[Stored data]

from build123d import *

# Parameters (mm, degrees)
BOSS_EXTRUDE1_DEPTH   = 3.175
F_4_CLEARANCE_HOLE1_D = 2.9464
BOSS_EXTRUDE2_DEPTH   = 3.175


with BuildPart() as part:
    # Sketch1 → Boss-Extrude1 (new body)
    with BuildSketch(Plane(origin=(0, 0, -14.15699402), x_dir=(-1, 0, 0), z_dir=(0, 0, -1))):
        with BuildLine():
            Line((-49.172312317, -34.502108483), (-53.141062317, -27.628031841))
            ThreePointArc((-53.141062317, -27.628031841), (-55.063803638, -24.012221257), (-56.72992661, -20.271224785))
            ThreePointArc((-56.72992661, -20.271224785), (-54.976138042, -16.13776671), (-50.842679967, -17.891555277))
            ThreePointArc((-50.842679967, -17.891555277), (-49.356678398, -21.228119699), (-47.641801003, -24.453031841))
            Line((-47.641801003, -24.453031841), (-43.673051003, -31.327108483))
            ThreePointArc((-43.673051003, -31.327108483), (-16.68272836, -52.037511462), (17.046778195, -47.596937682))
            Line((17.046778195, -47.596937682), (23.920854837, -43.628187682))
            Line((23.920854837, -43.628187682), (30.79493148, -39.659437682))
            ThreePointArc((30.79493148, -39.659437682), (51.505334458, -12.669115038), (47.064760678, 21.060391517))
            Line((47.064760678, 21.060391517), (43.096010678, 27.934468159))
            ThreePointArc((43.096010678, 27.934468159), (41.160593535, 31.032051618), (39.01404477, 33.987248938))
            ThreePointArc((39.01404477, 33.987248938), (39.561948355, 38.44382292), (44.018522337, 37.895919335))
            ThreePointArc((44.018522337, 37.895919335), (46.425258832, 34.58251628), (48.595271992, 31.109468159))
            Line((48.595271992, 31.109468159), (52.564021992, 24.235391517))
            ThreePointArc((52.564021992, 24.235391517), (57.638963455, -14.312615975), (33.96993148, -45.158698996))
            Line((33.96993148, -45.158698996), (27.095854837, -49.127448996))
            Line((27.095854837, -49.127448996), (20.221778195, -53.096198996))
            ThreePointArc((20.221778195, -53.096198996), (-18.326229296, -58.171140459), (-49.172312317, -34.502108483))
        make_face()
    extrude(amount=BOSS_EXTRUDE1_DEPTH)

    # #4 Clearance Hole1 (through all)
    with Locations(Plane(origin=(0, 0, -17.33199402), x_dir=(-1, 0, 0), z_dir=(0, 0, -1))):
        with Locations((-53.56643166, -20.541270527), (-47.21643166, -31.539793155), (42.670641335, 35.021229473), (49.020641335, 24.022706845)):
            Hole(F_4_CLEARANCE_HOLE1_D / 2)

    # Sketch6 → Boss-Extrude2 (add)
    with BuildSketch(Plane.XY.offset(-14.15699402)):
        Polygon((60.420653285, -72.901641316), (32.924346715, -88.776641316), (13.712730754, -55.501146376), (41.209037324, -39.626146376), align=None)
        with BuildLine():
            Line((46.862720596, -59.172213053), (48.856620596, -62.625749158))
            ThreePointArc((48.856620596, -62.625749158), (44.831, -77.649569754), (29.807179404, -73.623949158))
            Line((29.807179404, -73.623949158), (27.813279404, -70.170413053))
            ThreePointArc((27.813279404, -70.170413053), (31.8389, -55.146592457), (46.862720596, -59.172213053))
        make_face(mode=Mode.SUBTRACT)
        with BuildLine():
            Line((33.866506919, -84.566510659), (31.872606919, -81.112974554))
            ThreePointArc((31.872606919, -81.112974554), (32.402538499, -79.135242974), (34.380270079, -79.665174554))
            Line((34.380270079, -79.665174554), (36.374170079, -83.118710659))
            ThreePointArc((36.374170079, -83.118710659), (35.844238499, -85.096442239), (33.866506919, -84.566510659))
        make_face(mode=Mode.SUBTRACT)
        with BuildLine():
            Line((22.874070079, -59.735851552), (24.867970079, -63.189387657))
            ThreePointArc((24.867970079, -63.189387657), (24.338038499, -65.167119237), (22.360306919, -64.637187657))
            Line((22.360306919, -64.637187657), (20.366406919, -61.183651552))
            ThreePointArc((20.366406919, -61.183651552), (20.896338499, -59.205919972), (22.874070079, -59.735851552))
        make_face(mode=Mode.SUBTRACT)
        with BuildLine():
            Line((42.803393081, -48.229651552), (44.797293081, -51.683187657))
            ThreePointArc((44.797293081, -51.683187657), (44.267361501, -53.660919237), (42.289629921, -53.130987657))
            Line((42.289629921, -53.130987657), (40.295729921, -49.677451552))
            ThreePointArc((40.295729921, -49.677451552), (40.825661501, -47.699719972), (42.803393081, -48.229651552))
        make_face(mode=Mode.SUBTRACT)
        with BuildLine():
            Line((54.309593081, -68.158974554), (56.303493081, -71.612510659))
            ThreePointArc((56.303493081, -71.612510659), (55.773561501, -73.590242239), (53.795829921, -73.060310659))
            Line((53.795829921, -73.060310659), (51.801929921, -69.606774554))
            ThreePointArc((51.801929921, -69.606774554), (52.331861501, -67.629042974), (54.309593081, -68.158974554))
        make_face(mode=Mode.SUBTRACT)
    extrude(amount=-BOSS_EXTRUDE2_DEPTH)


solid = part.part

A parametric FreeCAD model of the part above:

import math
import FreeCAD as App
import Part
import Sketcher
from FreeCAD import Vector
Q = App.Units.Quantity

doc = App.newDocument("Part")
params = doc.addObject("Spreadsheet::Sheet", "Params")
for row, (alias, value) in enumerate([
    ("sketch1_radius", "2 in"),
    ("sketch1_radius2", "1.75 in"),
    ("sketch1_radius3", "2.3125 in"),
    ("pad1_length", "0.125 in"),
    ("sketch2_diameter", "0.116 in"),
    ("hole_diameter", "0.116 in"),
    ("sketch3_radius", "0.057 in"),
    ("sketch3_radius2", "0.433 in"),
    ("sketch3_length", "1.25 in"),
    ("sketch3_length2", "0.157 in"),
    ("pad2_length", "0.125 in"),
], start=1):
    params.set(f"A{row}", alias)
    params.set(f"B{row}", "=" + value)
    params.setAlias(f"B{row}", alias)

body = doc.addObject("PartDesign::Body", "Body")

sketch1 = body.newObject("Sketcher::SketchObject", "Sketch")
sketch1.AttachmentSupport = (doc.getObject("XY_Plane"), [""])
sketch1.MapMode = "FlatFace"
sketch1.AttachmentOffset = App.Placement(Vector(0, 0, -14.156994), App.Rotation())
sketch1.addGeometry([
    Part.LineSegment(Vector(53.141062, -27.628032, 0), Vector(49.172312, -34.502108, 0)),
    Part.ArcOfCircle(Part.Circle(Vector(5.178222, -9.102108, 0), Vector(0, 0, 1), 50.8), math.radians(-120), math.radians(-30)),
    Part.LineSegment(Vector(-20.221778, -53.096199, 0), Vector(-27.095855, -49.127449, 0)),
    Part.LineSegment(Vector(-27.095855, -49.127449, 0), Vector(-33.969931, -45.158699, 0)),
    Part.ArcOfCircle(Part.Circle(Vector(-8.569931, -1.164608, 0), Vector(0, 0, 1), 50.8), math.radians(150), math.radians(240)),
    Part.LineSegment(Vector(-52.564022, 24.235392, 0), Vector(-48.595272, 31.109468, 0)),
    Part.ArcOfCircle(Part.Circle(Vector(2.272895, 1.740718, 0), Vector(0, 0, 1), 58.7375), math.radians(142.00893), math.radians(150)),
    Part.ArcOfCircle(Part.Circle(Vector(-41.516284, 35.941584, 0), Vector(0, 0, 1), 3.175), math.radians(-37.99107), math.radians(142.00893)),
    Part.ArcOfCircle(Part.Circle(Vector(2.272895, 1.740718, 0), Vector(0, 0, 1), 52.3875), math.radians(142.00893), math.radians(150)),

INSTRUCTIONS TO FOLLOW. Each entry above needs to be duplicated exactly.

RESPONSE FOR THIS EXERCISE.
from build123d import *

# Parameters (mm, degrees)
BOSS_EXTRUDE1_DEPTH   = 3.175
F_4_CLEARANCE_HOLE1_D = 2.9464
BOSS_EXTRUDE2_DEPTH   = 3.175


with BuildPart() as part:
    # Sketch1 → Boss-Extrude1 (new body)
    with BuildSketch(Plane(origin=(0, 0, -14.15699402), x_dir=(-1, 0, 0), z_dir=(0, 0, -1))):
        with BuildLine():
            Line((-49.172312317, -34.502108483), (-53.141062317, -27.628031841))
            ThreePointArc((-53.141062317, -27.628031841), (-55.063803638, -24.012221257), (-56.72992661, -20.271224785))
            ThreePointArc((-56.72992661, -20.271224785), (-54.976138042, -16.13776671), (-50.842679967, -17.891555277))
            ThreePointArc((-50.842679967, -17.891555277), (-49.356678398, -21.228119699), (-47.641801003, -24.453031841))
            Line((-47.641801003, -24.453031841), (-43.673051003, -31.327108483))
            ThreePointArc((-43.673051003, -31.327108483), (-16.68272836, -52.037511462), (17.046778195, -47.596937682))
            Line((17.046778195, -47.596937682), (23.920854837, -43.628187682))
            Line((23.920854837, -43.628187682), (30.79493148, -39.659437682))
            ThreePointArc((30.79493148, -39.659437682), (51.505334458, -12.669115038), (47.064760678, 21.060391517))
            Line((47.064760678, 21.060391517), (43.096010678, 27.934468159))
            ThreePointArc((43.096010678, 27.934468159), (41.160593535, 31.032051618), (39.01404477, 33.987248938))
            ThreePointArc((39.01404477, 33.987248938), (39.561948355, 38.44382292), (44.018522337, 37.895919335))
            ThreePointArc((44.018522337, 37.895919335), (46.425258832, 34.58251628), (48.595271992, 31.109468159))
            Line((48.595271992, 31.109468159), (52.564021992, 24.235391517))
            ThreePointArc((52.564021992, 24.235391517), (57.638963455, -14.312615975), (33.96993148, -45.158698996))
            Line((33.96993148, -45.158698996), (27.095854837, -49.127448996))
            Line((27.095854837, -49.127448996), (20.221778195, -53.096198996))
            ThreePointArc((20.221778195, -53.096198996), (-18.326229296, -58.171140459), (-49.172312317, -34.502108483))
        make_face()
    extrude(amount=BOSS_EXTRUDE1_DEPTH)

    # #4 Clearance Hole1 (through all)
    with Locations(Plane(origin=(0, 0, -17.33199402), x_dir=(-1, 0, 0), z_dir=(0, 0, -1))):
        with Locations((-53.56643166, -20.541270527), (-47.21643166, -31.539793155), (42.670641335, 35.021229473), (49.020641335, 24.022706845)):
            Hole(F_4_CLEARANCE_HOLE1_D / 2)

    # Sketch6 → Boss-Extrude2 (add)
    with BuildSketch(Plane.XY.offset(-14.15699402)):
        Polygon((60.420653285, -72.901641316), (32.924346715, -88.776641316), (13.712730754, -55.501146376), (41.209037324, -39.626146376), align=None)
        with BuildLine():
            Line((46.862720596, -59.172213053), (48.856620596, -62.625749158))
            ThreePointArc((48.856620596, -62.625749158), (44.831, -77.649569754), (29.807179404, -73.623949158))
            Line((29.807179404, -73.623949158), (27.813279404, -70.170413053))
            ThreePointArc((27.813279404, -70.170413053), (31.8389, -55.146592457), (46.862720596, -59.172213053))
        make_face(mode=Mode.SUBTRACT)
        with BuildLine():
            Line((33.866506919, -84.566510659), (31.872606919, -81.112974554))
            ThreePointArc((31.872606919, -81.112974554), (32.402538499, -79.135242974), (34.380270079, -79.665174554))
            Line((34.380270079, -79.665174554), (36.374170079, -83.118710659))
            ThreePointArc((36.374170079, -83.118710659), (35.844238499, -85.096442239), (33.866506919, -84.566510659))
        make_face(mode=Mode.SUBTRACT)
        with BuildLine():
            Line((22.874070079, -59.735851552), (24.867970079, -63.189387657))
            ThreePointArc((24.867970079, -63.189387657), (24.338038499, -65.167119237), (22.360306919, -64.637187657))
            Line((22.360306919, -64.637187657), (20.366406919, -61.183651552))
            ThreePointArc((20.366406919, -61.183651552), (20.896338499, -59.205919972), (22.874070079, -59.735851552))
        make_face(mode=Mode.SUBTRACT)
        with BuildLine():
            Line((42.803393081, -48.229651552), (44.797293081, -51.683187657))
            ThreePointArc((44.797293081, -51.683187657), (44.267361501, -53.660919237), (42.289629921, -53.130987657))
            Line((42.289629921, -53.130987657), (40.295729921, -49.677451552))
            ThreePointArc((40.295729921, -49.677451552), (40.825661501, -47.699719972), (42.803393081, -48.229651552))
        make_face(mode=Mode.SUBTRACT)
        with BuildLine():
            Line((54.309593081, -68.158974554), (56.303493081, -71.612510659))
            ThreePointArc((56.303493081, -71.612510659), (55.773561501, -73.590242239), (53.795829921, -73.060310659))
            Line((53.795829921, -73.060310659), (51.801929921, -69.606774554))
            ThreePointArc((51.801929921, -69.606774554), (52.331861501, -67.629042974), (54.309593081, -68.158974554))
        make_face(mode=Mode.SUBTRACT)
    extrude(amount=-BOSS_EXTRUDE2_DEPTH)


solid = part.part

A parametric FreeCAD model of the part above:

import math
import FreeCAD as App
import Part
import Sketcher
from FreeCAD import Vector
Q = App.Units.Quantity

doc = App.newDocument("Part")
params = doc.addObject("Spreadsheet::Sheet", "Params")
for row, (alias, value) in enumerate([
    ("sketch1_radius", "2 in"),
    ("sketch1_radius2", "1.75 in"),
    ("sketch1_radius3", "2.3125 in"),
    ("pad1_length", "0.125 in"),
    ("sketch2_diameter", "0.116 in"),
    ("hole_diameter", "0.116 in"),
    ("sketch3_radius", "0.057 in"),
    ("sketch3_radius2", "0.433 in"),
    ("sketch3_length", "1.25 in"),
    ("sketch3_length2", "0.157 in"),
    ("pad2_length", "0.125 in"),
], start=1):
    params.set(f"A{row}", alias)
    params.set(f"B{row}", "=" + value)
    params.setAlias(f"B{row}", alias)

body = doc.addObject("PartDesign::Body", "Body")

sketch1 = body.newObject("Sketcher::SketchObject", "Sketch")
sketch1.AttachmentSupport = (doc.getObject("XY_Plane"), [""])
sketch1.MapMode = "FlatFace"
sketch1.AttachmentOffset = App.Placement(Vector(0, 0, -14.156994), App.Rotation())
sketch1.addGeometry([
    Part.LineSegment(Vector(53.141062, -27.628032, 0), Vector(49.172312, -34.502108, 0)),
    Part.ArcOfCircle(Part.Circle(Vector(5.178222, -9.102108, 0), Vector(0, 0, 1), 50.8), math.radians(-120), math.radians(-30)),
    Part.LineSegment(Vector(-20.221778, -53.096199, 0), Vector(-27.095855, -49.127449, 0)),
    Part.LineSegment(Vector(-27.095855, -49.127449, 0), Vector(-33.969931, -45.158699, 0)),
    Part.ArcOfCircle(Part.Circle(Vector(-8.569931, -1.164608, 0), Vector(0, 0, 1), 50.8), math.radians(150), math.radians(240)),
    Part.LineSegment(Vector(-52.564022, 24.235392, 0), Vector(-48.595272, 31.109468, 0)),
    Part.ArcOfCircle(Part.Circle(Vector(2.272895, 1.740718, 0), Vector(0, 0, 1), 58.7375), math.radians(142.00893), math.radians(150)),
    Part.ArcOfCircle(Part.Circle(Vector(-41.516284, 35.941584, 0), Vector(0, 0, 1), 3.175), math.radians(-37.99107), math.radians(142.00893)),
    Part.ArcOfCircle(Part.Circle(Vector(2.272895, 1.740718, 0), Vector(0, 0, 1), 52.3875), math.radians(142.00893), math.radians(150)),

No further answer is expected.